Information supplied
--------------------------------
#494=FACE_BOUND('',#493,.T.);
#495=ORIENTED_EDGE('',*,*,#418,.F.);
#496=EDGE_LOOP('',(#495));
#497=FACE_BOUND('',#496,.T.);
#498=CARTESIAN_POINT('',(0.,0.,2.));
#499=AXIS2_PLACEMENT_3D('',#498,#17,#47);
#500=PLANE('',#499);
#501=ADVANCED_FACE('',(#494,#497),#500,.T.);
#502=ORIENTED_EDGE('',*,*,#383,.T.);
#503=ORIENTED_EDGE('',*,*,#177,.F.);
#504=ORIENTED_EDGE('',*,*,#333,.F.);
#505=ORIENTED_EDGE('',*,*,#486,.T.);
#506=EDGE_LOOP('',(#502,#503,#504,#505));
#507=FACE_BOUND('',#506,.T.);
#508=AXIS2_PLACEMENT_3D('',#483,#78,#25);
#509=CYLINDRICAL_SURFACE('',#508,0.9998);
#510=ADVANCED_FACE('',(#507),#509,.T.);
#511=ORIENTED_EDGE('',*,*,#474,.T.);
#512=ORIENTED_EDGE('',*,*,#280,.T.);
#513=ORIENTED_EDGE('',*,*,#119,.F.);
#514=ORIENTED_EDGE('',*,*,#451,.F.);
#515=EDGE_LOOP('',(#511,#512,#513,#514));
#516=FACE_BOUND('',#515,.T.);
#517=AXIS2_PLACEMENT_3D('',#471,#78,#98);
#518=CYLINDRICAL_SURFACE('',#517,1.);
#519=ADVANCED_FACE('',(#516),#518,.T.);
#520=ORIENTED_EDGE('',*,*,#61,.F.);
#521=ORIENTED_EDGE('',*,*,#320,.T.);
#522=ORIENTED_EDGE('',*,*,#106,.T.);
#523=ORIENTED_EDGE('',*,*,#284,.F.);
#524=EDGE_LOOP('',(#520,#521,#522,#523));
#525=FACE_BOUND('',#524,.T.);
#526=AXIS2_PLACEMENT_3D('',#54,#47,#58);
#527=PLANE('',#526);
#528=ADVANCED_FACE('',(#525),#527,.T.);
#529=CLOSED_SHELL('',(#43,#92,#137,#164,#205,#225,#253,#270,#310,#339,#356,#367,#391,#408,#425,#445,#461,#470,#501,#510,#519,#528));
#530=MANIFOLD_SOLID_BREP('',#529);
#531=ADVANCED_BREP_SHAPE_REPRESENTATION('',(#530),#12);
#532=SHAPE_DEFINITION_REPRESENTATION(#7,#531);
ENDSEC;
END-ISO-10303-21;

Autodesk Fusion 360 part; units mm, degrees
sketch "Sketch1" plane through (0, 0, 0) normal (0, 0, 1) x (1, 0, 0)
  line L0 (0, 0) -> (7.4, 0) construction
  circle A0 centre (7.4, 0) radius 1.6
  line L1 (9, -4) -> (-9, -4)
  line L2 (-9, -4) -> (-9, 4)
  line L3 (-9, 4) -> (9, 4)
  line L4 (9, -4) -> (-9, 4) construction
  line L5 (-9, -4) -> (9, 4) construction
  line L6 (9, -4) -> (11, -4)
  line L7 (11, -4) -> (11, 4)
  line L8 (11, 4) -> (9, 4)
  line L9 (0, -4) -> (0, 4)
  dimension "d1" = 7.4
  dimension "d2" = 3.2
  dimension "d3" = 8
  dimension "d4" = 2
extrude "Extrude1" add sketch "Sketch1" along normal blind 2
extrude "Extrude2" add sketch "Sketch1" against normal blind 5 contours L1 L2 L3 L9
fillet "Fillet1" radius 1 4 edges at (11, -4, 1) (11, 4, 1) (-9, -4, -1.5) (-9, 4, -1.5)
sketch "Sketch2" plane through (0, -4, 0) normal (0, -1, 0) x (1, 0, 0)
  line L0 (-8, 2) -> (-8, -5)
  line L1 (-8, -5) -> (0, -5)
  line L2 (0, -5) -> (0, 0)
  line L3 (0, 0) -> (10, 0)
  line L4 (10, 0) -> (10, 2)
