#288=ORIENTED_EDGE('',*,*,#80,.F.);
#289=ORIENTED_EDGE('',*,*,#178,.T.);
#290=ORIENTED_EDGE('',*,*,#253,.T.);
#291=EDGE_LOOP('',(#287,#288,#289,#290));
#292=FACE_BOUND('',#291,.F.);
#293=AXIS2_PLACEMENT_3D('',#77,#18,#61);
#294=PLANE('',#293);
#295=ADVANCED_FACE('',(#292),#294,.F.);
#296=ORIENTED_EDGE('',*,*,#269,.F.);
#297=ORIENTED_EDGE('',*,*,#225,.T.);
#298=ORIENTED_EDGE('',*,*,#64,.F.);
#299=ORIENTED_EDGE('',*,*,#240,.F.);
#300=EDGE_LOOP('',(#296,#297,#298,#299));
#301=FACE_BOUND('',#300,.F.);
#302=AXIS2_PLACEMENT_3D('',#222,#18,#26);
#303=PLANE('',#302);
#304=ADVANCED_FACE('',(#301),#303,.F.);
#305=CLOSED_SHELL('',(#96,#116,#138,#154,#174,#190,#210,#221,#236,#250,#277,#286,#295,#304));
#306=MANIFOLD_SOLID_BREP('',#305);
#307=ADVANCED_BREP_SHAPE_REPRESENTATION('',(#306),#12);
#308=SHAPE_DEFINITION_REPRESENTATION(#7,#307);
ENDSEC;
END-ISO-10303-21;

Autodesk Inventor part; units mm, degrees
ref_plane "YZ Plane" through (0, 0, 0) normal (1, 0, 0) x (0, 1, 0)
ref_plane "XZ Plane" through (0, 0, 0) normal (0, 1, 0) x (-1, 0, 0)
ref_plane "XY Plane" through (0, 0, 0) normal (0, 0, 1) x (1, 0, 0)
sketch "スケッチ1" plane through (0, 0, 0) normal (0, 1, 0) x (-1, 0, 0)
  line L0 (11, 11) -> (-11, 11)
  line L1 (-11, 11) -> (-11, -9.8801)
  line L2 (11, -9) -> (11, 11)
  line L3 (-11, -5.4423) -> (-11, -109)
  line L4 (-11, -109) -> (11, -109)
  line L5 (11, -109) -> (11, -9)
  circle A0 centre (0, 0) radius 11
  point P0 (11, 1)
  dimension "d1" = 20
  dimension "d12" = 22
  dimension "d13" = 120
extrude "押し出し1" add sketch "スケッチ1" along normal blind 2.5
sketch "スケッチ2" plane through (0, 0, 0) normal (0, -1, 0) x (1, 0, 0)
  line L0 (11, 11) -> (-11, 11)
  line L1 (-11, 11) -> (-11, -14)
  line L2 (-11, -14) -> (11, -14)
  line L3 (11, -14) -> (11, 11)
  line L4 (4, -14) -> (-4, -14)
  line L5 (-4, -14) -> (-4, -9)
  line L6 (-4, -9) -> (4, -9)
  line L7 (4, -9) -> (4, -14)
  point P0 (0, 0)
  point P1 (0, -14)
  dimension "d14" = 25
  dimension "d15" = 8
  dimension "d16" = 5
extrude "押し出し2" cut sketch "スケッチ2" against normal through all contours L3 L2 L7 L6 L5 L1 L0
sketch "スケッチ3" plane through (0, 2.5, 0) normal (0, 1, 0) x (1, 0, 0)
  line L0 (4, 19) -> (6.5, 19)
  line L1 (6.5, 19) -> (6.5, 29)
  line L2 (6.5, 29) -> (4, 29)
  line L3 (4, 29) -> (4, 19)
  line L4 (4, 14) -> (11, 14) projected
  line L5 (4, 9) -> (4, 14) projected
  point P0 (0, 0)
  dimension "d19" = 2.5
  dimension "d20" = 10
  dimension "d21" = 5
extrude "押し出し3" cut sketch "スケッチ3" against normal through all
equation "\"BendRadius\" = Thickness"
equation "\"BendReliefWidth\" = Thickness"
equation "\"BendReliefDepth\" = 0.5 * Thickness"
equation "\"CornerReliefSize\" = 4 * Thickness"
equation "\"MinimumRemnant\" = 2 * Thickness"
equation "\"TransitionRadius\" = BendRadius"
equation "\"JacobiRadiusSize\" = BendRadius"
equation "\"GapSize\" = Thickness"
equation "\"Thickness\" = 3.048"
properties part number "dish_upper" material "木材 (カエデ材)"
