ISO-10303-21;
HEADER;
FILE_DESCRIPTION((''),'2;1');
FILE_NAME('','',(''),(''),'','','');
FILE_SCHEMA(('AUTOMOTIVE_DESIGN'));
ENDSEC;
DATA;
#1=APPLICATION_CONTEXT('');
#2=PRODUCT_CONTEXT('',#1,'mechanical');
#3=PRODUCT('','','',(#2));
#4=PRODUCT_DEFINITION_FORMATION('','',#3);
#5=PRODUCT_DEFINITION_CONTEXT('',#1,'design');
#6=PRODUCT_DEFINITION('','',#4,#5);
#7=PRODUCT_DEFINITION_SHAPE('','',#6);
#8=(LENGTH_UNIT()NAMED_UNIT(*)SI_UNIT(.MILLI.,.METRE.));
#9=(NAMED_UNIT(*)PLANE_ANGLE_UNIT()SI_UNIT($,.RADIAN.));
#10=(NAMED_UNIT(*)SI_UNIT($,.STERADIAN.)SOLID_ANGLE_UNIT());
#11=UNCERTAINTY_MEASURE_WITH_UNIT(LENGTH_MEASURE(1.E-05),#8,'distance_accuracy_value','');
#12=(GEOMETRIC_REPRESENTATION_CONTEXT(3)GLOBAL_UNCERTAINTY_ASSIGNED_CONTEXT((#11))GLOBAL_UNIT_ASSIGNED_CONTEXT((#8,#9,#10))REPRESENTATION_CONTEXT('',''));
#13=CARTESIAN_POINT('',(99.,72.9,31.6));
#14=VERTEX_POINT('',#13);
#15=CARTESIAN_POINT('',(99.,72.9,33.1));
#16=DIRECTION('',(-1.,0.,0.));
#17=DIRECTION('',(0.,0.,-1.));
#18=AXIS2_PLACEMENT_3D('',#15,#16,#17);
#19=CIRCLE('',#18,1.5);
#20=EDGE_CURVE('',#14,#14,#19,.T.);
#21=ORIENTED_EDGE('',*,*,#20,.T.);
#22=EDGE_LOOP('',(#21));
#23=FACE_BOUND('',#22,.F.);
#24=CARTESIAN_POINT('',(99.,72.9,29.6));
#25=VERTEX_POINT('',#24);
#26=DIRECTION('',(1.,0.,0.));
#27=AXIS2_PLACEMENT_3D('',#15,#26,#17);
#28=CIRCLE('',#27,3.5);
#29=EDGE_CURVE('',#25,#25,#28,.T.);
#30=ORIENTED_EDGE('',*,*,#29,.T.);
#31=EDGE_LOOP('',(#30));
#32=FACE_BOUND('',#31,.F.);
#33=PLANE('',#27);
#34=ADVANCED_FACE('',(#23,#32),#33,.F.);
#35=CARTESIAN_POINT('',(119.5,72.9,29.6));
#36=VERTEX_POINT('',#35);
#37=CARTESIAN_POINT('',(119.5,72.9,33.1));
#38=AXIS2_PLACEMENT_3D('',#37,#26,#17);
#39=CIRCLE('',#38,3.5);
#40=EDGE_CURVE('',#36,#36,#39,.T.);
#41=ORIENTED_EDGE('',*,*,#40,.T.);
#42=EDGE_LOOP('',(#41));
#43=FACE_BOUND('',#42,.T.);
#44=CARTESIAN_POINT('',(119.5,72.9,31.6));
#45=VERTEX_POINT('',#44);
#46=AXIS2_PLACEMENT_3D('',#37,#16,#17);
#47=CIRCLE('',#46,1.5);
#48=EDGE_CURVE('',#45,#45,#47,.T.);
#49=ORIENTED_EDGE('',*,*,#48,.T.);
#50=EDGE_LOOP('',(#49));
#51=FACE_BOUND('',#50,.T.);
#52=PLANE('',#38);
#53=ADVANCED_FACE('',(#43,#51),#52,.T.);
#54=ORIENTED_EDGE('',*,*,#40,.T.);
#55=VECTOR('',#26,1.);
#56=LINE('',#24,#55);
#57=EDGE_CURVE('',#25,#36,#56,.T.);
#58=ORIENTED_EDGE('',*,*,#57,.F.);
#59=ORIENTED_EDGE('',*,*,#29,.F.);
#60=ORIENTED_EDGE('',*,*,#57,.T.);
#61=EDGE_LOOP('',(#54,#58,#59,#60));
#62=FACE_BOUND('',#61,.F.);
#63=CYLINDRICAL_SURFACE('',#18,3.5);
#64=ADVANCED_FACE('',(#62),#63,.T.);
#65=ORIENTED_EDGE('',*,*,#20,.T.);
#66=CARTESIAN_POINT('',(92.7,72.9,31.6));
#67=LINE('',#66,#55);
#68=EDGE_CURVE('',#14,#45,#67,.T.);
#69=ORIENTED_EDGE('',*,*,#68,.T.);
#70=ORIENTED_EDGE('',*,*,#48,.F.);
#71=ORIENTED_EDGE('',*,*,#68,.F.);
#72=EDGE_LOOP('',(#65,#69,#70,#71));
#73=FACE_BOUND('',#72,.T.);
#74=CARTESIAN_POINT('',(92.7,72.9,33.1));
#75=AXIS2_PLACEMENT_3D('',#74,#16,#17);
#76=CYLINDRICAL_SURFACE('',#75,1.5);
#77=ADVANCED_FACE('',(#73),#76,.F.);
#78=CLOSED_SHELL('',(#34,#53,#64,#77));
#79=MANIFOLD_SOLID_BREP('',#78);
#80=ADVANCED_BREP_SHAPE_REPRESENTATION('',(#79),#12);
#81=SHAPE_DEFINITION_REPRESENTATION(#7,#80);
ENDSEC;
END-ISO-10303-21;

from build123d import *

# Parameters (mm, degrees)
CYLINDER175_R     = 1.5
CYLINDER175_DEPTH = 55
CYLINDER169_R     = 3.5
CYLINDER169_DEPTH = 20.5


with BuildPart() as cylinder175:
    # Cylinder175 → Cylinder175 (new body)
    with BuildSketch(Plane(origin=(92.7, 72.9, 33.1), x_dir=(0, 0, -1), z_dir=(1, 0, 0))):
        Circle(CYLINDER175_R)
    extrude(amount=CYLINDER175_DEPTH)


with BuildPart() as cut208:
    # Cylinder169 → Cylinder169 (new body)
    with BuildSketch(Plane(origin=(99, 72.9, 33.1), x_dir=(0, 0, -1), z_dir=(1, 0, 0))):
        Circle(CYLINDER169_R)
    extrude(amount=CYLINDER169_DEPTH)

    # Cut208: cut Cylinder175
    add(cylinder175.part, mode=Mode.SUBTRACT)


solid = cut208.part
--------------------------------
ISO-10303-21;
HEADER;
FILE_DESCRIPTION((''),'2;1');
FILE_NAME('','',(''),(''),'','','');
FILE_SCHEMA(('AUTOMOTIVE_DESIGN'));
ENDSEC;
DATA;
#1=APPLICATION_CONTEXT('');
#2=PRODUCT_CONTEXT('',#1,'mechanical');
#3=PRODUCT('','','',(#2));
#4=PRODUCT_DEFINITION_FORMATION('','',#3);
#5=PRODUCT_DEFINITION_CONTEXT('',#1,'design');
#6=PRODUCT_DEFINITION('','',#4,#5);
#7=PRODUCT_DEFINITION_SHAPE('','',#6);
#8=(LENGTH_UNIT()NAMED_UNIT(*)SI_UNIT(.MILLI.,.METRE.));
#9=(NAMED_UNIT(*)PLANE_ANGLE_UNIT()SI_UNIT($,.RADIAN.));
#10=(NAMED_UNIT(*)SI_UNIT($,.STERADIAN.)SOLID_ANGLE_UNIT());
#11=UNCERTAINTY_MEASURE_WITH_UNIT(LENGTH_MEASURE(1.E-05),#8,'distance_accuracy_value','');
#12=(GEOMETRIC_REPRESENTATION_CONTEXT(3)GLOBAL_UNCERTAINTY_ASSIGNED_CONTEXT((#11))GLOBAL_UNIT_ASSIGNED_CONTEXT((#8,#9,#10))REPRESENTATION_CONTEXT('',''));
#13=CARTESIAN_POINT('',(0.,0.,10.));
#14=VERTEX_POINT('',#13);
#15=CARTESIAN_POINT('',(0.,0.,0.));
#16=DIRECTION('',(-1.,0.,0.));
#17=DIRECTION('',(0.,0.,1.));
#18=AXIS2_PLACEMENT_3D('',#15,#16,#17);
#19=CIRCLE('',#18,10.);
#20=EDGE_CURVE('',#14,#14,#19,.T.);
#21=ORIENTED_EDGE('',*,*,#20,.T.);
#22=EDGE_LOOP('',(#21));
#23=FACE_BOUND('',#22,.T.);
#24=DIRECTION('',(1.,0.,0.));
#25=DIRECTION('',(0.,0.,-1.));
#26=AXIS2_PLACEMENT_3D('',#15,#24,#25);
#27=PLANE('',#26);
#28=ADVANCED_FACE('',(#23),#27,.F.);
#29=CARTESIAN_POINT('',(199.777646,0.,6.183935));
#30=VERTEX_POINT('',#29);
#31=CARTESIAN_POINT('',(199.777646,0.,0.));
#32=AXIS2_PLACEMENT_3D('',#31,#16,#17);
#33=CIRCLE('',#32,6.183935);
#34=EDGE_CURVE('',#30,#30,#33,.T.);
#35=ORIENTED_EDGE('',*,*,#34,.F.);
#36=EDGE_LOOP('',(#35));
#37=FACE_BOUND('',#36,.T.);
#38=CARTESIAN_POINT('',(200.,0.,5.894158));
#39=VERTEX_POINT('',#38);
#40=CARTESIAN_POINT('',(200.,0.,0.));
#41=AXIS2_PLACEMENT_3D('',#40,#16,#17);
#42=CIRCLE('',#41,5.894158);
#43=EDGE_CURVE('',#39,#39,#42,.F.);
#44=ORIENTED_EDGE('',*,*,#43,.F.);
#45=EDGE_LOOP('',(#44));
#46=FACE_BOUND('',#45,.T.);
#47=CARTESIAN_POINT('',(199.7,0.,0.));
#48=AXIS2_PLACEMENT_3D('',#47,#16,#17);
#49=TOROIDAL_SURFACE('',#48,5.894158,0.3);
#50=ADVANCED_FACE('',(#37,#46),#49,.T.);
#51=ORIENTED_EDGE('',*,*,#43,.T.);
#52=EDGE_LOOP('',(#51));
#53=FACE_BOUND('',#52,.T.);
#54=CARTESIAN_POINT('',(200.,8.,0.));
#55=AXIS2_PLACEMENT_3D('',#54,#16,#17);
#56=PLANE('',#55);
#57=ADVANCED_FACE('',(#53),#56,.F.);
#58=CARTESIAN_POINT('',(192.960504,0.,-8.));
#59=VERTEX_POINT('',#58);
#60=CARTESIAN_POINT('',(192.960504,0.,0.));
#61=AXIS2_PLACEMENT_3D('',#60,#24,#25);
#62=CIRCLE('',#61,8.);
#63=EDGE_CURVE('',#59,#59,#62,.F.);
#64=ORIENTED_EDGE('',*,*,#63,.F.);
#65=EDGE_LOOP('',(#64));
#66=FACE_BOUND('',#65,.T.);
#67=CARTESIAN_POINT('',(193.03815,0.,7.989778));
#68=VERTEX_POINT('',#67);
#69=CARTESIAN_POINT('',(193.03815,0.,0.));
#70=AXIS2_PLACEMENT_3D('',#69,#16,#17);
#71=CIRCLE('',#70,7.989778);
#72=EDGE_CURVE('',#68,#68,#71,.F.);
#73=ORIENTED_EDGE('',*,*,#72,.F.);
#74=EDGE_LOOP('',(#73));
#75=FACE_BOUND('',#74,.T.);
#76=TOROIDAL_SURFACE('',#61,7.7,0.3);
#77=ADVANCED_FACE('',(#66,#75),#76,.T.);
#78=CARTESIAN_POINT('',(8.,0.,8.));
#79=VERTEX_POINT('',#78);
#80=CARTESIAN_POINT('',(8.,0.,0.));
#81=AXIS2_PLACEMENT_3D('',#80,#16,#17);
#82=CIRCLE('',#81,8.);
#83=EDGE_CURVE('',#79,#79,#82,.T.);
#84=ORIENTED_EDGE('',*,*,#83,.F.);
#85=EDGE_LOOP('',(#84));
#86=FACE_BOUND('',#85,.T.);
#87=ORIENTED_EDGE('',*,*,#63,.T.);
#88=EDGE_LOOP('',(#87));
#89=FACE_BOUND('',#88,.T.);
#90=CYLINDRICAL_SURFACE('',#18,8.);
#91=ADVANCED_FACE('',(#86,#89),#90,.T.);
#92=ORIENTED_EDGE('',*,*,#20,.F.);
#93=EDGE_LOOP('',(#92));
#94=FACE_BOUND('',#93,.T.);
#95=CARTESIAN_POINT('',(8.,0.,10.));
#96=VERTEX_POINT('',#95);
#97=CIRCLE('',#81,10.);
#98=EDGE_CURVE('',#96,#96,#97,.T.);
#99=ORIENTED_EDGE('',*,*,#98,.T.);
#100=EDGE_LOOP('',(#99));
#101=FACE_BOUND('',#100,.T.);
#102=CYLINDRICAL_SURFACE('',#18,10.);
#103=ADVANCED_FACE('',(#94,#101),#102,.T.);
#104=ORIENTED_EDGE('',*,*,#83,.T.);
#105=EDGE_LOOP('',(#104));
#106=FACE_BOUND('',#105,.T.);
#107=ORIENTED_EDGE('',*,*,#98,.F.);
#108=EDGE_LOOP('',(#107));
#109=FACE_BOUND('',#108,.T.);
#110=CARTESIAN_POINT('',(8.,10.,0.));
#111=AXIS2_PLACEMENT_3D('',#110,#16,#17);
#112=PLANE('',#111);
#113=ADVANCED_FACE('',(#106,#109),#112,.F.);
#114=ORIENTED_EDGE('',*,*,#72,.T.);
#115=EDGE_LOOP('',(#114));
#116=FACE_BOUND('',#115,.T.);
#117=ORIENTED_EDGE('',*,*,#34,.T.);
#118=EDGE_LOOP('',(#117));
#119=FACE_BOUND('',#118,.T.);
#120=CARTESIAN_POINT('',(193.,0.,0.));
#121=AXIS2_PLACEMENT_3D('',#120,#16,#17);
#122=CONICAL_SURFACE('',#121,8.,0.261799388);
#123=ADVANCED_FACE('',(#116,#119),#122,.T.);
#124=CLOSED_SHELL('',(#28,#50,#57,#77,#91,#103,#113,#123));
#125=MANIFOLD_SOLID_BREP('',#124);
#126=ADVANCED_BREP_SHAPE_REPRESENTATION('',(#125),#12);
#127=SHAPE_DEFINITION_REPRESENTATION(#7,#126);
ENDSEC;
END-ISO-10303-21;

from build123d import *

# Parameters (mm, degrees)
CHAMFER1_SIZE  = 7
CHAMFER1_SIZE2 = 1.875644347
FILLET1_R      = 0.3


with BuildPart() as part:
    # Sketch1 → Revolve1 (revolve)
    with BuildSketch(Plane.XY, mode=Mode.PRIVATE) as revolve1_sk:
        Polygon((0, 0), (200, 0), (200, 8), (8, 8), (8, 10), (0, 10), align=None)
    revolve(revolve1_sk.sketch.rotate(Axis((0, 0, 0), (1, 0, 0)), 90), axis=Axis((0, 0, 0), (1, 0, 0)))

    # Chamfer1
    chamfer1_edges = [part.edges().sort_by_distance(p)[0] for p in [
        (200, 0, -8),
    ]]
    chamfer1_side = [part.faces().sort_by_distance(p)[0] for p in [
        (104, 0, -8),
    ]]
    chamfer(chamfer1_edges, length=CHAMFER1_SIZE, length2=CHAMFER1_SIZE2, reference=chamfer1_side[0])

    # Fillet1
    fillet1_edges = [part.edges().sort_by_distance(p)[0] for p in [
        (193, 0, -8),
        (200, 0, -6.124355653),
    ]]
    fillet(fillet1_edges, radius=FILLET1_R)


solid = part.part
--------------------------------
Problem statement
Each line in the material above that mentions the word "contours" must be copied.

Answer to the exercise
extrude "Extrude2" add sketch "Sketch1" against normal blind 5 contours L1 L2 L3 L9
extrude "押し出し2" cut sketch "スケッチ2" against normal through all contours L3 L2 L7 L6 L5 L1 L0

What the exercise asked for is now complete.